This example shows how to obtain the nondecimated (stationary) wavelet transform of a noisy frequency-modulated signal.

Load the noisy Doppler signal and obtain the stationary wavelet transform down to level 4.

load noisdopp;
swc = swt(noisdopp,4,'sym8');

Plot the original signal and the level 1 and 3 wavelet coefficients. Plot the level 4 approximation.

subplot(411)
plot(noisdopp);
subplot(412);
plot(swc(1,:)); ylabel('D1');
set(gca,'ytick',[]);
subplot(413)
plot(swc(3,:)); ylabel('D3');
set(gca,'ytick',[]);
subplot(414);
plot(swc(5,:)); ylabel('A4');
set(gca,'ytick',[]);

The wavelet and approximation coefficients at each level are equal in length to the input signal.
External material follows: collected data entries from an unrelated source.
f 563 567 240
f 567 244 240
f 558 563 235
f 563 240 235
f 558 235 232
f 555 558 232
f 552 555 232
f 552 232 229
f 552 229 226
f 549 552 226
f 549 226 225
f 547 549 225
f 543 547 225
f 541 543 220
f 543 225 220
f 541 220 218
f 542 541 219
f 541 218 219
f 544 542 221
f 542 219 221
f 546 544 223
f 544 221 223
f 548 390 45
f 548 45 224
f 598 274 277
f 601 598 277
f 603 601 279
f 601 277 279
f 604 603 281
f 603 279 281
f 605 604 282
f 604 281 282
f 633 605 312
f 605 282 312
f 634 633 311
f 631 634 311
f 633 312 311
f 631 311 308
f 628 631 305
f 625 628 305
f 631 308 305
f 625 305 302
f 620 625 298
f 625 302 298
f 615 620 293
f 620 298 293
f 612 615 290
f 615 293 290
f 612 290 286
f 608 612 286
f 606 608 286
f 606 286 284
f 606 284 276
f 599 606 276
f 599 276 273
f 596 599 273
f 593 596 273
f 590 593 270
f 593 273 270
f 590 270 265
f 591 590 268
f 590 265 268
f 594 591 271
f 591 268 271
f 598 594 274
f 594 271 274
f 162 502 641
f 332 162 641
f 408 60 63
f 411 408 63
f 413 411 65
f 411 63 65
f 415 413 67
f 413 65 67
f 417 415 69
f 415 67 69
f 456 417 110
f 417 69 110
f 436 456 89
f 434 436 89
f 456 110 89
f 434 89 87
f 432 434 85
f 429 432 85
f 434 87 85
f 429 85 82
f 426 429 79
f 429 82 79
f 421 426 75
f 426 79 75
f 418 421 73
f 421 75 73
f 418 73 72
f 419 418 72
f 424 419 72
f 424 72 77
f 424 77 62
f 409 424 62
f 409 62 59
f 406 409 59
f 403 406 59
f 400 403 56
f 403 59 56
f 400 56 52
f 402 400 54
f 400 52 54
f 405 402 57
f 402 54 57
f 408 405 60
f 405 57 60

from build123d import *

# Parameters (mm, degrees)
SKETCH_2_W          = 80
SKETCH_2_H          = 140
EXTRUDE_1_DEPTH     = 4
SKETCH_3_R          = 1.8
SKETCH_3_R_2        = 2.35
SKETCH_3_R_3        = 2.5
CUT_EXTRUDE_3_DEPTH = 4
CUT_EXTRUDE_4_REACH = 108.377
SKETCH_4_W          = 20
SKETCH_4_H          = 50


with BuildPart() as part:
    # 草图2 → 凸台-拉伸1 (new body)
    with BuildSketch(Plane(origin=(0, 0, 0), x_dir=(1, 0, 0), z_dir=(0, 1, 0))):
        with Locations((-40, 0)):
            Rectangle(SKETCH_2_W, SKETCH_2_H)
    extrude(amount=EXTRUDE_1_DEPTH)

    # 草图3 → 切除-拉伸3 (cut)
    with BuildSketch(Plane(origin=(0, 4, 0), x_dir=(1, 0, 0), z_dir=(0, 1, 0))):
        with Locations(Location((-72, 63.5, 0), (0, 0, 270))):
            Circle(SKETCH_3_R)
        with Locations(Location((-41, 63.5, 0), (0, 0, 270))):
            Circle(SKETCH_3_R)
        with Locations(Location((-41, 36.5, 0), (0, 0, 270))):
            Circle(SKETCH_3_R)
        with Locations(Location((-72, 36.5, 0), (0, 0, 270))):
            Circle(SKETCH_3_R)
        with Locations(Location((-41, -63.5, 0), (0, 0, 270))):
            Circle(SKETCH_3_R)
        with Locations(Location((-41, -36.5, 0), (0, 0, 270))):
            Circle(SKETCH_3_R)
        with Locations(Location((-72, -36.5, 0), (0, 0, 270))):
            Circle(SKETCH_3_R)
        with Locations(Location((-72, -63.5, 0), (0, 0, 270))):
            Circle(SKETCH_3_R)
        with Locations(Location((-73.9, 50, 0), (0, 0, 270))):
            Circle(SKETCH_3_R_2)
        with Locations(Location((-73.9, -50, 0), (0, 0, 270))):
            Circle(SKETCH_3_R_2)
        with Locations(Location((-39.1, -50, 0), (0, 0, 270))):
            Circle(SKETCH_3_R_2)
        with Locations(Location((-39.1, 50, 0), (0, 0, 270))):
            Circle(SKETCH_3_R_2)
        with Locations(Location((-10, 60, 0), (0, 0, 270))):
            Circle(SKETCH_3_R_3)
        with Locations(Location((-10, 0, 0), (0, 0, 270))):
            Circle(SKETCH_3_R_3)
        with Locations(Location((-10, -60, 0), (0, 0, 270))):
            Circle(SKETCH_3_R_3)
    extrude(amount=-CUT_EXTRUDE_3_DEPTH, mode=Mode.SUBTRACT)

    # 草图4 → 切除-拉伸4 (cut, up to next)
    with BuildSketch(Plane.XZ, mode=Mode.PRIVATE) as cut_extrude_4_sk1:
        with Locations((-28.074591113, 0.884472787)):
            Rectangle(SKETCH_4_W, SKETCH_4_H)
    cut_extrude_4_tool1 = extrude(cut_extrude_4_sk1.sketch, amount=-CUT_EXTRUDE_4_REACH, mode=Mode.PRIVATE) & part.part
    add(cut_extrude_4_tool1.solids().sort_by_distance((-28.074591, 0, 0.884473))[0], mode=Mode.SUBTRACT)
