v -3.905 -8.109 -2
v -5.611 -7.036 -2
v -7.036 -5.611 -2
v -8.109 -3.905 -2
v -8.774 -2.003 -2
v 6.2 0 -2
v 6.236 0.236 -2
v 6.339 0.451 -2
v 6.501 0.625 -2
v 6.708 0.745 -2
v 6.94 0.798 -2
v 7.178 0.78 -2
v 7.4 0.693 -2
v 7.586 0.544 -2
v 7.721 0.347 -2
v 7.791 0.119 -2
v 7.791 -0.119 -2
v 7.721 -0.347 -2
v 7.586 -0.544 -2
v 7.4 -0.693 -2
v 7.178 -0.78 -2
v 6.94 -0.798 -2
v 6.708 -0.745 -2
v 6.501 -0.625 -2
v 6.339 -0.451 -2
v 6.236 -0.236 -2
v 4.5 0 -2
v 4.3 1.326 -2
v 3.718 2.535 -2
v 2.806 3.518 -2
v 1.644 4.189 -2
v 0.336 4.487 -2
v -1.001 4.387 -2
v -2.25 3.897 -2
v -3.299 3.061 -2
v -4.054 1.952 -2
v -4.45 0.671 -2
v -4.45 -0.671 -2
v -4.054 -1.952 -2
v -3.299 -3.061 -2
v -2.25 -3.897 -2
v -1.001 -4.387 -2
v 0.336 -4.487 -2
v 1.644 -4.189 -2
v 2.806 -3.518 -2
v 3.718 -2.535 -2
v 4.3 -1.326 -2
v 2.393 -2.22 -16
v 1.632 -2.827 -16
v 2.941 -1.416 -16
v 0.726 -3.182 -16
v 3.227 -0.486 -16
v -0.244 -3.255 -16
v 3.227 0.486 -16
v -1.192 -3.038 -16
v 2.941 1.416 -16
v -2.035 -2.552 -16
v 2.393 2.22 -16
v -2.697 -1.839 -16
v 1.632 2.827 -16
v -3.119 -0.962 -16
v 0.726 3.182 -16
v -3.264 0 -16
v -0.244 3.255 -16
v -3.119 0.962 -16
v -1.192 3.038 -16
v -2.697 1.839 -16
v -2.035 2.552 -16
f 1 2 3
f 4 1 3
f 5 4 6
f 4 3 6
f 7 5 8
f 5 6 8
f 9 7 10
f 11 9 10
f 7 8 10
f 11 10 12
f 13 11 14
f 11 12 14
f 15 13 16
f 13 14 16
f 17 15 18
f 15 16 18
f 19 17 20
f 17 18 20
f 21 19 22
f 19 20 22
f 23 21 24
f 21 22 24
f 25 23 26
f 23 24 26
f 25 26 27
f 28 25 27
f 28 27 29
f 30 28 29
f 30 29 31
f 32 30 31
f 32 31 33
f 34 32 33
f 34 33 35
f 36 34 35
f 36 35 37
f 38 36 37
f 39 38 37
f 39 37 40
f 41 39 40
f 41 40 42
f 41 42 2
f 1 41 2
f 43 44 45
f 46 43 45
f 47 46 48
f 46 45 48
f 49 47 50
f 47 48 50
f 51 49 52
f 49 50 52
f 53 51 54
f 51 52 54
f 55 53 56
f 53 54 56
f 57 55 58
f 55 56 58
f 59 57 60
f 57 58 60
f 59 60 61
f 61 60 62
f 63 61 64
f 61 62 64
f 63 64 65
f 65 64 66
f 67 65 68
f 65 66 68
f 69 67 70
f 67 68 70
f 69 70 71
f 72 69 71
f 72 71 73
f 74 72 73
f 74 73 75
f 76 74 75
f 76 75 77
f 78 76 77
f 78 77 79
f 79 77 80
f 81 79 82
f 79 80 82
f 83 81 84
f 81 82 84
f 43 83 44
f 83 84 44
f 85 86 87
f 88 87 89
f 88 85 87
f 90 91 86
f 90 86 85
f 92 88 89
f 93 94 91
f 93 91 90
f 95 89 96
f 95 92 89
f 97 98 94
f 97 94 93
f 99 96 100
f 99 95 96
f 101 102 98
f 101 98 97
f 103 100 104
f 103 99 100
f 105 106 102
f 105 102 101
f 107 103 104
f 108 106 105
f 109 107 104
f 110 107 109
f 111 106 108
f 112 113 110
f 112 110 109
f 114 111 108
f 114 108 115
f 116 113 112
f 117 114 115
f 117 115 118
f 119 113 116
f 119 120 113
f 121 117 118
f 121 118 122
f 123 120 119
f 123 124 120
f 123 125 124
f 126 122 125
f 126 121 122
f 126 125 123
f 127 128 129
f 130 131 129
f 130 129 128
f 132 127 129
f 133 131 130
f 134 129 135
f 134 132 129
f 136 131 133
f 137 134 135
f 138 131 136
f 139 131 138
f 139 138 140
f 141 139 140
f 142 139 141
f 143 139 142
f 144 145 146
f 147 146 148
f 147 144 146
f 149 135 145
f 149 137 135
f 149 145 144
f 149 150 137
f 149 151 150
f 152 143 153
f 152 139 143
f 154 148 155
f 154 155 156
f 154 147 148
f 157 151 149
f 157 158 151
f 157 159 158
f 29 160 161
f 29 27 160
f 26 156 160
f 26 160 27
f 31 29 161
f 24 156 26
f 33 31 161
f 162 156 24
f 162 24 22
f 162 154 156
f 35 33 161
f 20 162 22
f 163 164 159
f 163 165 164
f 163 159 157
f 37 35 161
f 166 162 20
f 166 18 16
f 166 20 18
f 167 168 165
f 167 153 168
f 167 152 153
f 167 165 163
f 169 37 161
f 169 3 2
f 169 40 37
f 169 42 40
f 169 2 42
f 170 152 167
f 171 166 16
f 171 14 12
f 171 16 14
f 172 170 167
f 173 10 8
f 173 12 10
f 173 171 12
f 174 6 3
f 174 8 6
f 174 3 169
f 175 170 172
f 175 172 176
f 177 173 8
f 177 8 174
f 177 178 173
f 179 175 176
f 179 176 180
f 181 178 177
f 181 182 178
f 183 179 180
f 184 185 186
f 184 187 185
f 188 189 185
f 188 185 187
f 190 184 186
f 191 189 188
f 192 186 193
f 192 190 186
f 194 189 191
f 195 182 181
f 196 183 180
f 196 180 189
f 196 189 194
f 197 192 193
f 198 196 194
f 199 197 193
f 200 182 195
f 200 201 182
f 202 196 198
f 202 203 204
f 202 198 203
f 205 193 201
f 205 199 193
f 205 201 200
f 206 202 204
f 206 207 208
The additive noise is almost entirely localized in the level one detail coefficients. The level 3 details coefficients captures the high-frequency oscillations at the beginning of the Doppler signal. The level 4 approximation coefficients are a lowpass approximation to the Doppler signal.

Obtain the 2-D nondecimated wavelet transform of an image. Use the Daubechies least asymmetric wavelet, sym4, and obtain the multiresolution analysis down to level 3. Load the image. Use wcodemat to scale the matrix for display.

load tartan;
nbcol = size(map,1);
cod_X = wcodemat(X,nbcol);

Obtain the nondecimated multiresolution analysis down to level 3.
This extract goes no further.